• **WHAT YOU NEED TO DO**
Below are the records; restate word for word the lines from the first through the one containing "19.071476996), (7.034393072, 31.974202951))", and only those.

• **EXCERPTED DATA**
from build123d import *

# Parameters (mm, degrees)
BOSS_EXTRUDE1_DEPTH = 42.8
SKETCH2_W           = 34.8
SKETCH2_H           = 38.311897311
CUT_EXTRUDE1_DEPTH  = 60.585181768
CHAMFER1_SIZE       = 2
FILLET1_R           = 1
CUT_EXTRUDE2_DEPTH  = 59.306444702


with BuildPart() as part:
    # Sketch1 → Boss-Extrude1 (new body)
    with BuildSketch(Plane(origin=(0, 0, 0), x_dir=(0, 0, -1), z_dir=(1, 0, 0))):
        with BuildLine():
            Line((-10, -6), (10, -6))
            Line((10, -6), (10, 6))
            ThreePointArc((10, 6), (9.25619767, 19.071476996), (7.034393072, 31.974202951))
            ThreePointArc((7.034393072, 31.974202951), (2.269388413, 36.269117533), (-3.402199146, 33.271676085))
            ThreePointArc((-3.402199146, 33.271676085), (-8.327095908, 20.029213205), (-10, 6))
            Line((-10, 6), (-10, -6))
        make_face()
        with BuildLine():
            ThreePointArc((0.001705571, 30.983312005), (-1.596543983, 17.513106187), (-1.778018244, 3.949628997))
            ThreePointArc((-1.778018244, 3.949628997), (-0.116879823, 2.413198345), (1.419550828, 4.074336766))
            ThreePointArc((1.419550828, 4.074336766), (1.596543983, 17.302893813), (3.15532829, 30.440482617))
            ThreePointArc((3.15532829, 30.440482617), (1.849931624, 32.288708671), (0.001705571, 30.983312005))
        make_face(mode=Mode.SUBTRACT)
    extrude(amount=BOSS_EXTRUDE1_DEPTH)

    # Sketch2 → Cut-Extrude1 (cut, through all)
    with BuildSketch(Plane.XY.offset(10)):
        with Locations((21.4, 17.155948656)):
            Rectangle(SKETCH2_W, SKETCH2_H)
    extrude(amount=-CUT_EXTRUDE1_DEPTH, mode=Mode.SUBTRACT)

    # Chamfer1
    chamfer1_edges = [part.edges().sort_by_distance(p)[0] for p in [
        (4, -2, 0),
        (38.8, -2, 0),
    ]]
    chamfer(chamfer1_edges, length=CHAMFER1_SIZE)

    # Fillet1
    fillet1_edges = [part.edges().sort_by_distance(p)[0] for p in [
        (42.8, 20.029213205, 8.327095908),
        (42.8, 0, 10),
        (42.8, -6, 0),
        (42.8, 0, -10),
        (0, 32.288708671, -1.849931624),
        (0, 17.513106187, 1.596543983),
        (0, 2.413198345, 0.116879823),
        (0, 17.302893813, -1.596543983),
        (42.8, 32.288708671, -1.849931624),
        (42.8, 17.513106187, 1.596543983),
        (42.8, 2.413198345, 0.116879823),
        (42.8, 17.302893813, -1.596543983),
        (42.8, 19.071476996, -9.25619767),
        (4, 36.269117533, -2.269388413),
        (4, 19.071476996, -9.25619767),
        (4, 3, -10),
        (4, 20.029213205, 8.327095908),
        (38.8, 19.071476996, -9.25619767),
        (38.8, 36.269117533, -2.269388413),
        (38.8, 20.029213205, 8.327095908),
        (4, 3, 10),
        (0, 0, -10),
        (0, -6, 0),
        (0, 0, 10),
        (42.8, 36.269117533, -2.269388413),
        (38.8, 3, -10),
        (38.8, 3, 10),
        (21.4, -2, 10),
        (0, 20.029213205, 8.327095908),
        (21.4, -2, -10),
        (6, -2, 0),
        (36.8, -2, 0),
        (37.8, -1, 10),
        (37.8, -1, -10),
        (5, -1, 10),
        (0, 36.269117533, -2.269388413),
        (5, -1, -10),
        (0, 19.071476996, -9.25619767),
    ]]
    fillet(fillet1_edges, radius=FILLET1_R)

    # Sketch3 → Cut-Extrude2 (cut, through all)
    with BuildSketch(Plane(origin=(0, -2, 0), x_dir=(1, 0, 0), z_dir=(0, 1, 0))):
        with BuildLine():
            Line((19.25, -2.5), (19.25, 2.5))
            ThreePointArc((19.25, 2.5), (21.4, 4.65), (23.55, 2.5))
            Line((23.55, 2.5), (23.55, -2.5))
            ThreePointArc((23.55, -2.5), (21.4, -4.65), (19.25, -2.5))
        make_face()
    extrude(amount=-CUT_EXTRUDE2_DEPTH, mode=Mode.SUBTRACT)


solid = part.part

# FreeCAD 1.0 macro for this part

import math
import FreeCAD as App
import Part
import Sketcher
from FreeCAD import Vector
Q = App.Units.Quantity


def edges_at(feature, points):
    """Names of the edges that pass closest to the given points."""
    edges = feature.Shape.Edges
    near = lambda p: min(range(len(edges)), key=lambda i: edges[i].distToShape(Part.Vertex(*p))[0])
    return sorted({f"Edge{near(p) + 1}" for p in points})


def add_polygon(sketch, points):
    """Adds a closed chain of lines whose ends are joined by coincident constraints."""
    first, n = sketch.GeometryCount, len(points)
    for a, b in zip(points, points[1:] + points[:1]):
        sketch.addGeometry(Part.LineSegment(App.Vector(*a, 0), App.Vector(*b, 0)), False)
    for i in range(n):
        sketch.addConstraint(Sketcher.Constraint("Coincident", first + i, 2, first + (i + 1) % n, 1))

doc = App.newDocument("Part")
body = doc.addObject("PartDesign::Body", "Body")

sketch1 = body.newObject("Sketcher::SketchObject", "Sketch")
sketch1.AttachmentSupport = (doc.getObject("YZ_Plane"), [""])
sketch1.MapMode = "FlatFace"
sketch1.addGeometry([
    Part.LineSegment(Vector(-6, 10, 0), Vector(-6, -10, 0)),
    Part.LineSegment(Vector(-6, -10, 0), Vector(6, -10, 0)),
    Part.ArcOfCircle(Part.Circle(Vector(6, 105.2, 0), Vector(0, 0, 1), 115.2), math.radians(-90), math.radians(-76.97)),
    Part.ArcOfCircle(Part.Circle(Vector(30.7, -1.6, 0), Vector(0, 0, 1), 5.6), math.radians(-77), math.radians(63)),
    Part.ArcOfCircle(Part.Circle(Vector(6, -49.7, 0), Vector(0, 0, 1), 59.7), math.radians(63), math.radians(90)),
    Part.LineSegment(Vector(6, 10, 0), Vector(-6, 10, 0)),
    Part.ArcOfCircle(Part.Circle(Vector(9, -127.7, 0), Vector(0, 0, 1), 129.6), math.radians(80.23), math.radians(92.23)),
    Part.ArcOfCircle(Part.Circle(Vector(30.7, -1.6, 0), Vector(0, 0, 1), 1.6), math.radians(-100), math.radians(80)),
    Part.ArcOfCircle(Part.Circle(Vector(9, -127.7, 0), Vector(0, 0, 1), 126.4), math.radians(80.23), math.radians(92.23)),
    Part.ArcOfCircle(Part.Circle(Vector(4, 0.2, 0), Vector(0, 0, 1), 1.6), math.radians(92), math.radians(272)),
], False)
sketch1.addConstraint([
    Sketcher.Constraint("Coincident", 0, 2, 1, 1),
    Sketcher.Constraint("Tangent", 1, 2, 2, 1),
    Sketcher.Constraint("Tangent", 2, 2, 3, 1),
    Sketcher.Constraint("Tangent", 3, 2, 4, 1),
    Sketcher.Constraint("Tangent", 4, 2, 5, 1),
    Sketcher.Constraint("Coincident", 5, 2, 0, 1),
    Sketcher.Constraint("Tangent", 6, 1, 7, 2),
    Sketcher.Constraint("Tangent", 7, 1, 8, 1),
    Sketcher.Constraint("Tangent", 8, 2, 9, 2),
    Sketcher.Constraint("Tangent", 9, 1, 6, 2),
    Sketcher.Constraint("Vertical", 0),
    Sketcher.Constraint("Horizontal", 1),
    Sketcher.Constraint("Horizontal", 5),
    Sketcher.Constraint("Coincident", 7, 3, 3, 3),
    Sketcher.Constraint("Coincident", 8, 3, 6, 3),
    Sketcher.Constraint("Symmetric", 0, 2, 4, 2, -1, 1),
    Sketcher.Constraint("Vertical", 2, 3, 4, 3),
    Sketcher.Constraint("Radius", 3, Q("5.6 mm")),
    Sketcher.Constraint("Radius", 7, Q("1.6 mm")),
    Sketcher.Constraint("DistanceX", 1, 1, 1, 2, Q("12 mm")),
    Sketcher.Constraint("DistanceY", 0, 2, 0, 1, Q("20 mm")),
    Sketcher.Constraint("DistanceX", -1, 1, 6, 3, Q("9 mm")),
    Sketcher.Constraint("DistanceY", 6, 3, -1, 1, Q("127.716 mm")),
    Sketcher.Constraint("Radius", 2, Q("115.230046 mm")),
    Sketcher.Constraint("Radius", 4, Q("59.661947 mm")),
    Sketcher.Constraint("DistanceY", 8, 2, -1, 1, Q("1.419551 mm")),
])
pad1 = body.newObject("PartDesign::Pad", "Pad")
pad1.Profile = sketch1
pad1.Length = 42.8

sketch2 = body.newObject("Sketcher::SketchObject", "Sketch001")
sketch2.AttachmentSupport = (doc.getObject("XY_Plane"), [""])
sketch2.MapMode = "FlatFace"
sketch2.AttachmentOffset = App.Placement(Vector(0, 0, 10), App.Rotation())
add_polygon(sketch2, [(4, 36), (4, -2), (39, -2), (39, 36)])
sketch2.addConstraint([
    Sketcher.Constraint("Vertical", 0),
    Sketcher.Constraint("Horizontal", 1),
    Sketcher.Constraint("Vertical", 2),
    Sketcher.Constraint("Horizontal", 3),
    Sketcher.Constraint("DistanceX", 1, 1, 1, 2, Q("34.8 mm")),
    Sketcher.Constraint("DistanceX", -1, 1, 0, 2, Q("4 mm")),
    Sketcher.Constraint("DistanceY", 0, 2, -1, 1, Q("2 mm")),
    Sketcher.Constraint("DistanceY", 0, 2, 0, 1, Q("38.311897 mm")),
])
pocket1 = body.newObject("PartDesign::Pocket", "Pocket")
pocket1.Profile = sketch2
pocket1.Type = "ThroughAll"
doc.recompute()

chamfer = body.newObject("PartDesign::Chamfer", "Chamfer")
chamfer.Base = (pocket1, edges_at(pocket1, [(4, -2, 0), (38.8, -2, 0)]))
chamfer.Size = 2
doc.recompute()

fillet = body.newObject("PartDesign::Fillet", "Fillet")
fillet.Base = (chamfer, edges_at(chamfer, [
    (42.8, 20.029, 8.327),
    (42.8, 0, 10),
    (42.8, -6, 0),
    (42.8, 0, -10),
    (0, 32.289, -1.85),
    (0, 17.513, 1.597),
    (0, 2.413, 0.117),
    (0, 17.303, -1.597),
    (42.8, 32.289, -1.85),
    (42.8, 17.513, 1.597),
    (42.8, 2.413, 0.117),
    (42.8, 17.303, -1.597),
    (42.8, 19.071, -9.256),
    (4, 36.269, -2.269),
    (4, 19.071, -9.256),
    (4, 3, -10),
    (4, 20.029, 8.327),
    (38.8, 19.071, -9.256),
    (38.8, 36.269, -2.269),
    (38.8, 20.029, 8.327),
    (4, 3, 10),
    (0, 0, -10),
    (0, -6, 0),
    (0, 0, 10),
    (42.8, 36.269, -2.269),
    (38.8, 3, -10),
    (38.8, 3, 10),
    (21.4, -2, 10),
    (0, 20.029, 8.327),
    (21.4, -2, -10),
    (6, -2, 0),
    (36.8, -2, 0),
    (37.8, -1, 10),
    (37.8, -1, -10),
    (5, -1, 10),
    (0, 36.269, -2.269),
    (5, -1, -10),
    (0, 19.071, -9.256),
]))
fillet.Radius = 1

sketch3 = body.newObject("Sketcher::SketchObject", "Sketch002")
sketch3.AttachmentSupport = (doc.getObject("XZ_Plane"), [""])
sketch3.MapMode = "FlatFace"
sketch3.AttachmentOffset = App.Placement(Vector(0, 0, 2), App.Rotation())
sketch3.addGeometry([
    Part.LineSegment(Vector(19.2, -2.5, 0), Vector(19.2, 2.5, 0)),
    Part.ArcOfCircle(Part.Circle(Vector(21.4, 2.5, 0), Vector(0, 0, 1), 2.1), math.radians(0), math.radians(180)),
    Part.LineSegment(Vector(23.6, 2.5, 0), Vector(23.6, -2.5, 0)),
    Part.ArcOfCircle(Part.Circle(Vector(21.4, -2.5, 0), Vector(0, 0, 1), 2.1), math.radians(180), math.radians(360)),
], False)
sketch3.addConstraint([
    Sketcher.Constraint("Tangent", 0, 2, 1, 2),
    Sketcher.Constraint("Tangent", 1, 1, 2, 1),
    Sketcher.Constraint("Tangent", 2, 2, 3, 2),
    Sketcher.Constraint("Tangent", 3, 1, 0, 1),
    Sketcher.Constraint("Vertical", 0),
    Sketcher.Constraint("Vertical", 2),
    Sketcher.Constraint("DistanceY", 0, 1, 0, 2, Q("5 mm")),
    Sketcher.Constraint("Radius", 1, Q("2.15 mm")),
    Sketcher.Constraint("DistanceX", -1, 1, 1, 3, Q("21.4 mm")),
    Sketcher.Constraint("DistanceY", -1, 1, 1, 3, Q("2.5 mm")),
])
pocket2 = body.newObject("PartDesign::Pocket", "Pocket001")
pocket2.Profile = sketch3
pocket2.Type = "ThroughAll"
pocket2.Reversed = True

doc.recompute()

• **OUTPUT OF THE EXERCISE**
from build123d import *

# Parameters (mm, degrees)
BOSS_EXTRUDE1_DEPTH = 42.8
SKETCH2_W           = 34.8
SKETCH2_H           = 38.311897311
CUT_EXTRUDE1_DEPTH  = 60.585181768
CHAMFER1_SIZE       = 2
FILLET1_R           = 1
CUT_EXTRUDE2_DEPTH  = 59.306444702


with BuildPart() as part:
    # Sketch1 → Boss-Extrude1 (new body)
    with BuildSketch(Plane(origin=(0, 0, 0), x_dir=(0, 0, -1), z_dir=(1, 0, 0))):
        with BuildLine():
            Line((-10, -6), (10, -6))
            Line((10, -6), (10, 6))
            ThreePointArc((10, 6), (9.25619767, 19.071476996), (7.034393072, 31.974202951))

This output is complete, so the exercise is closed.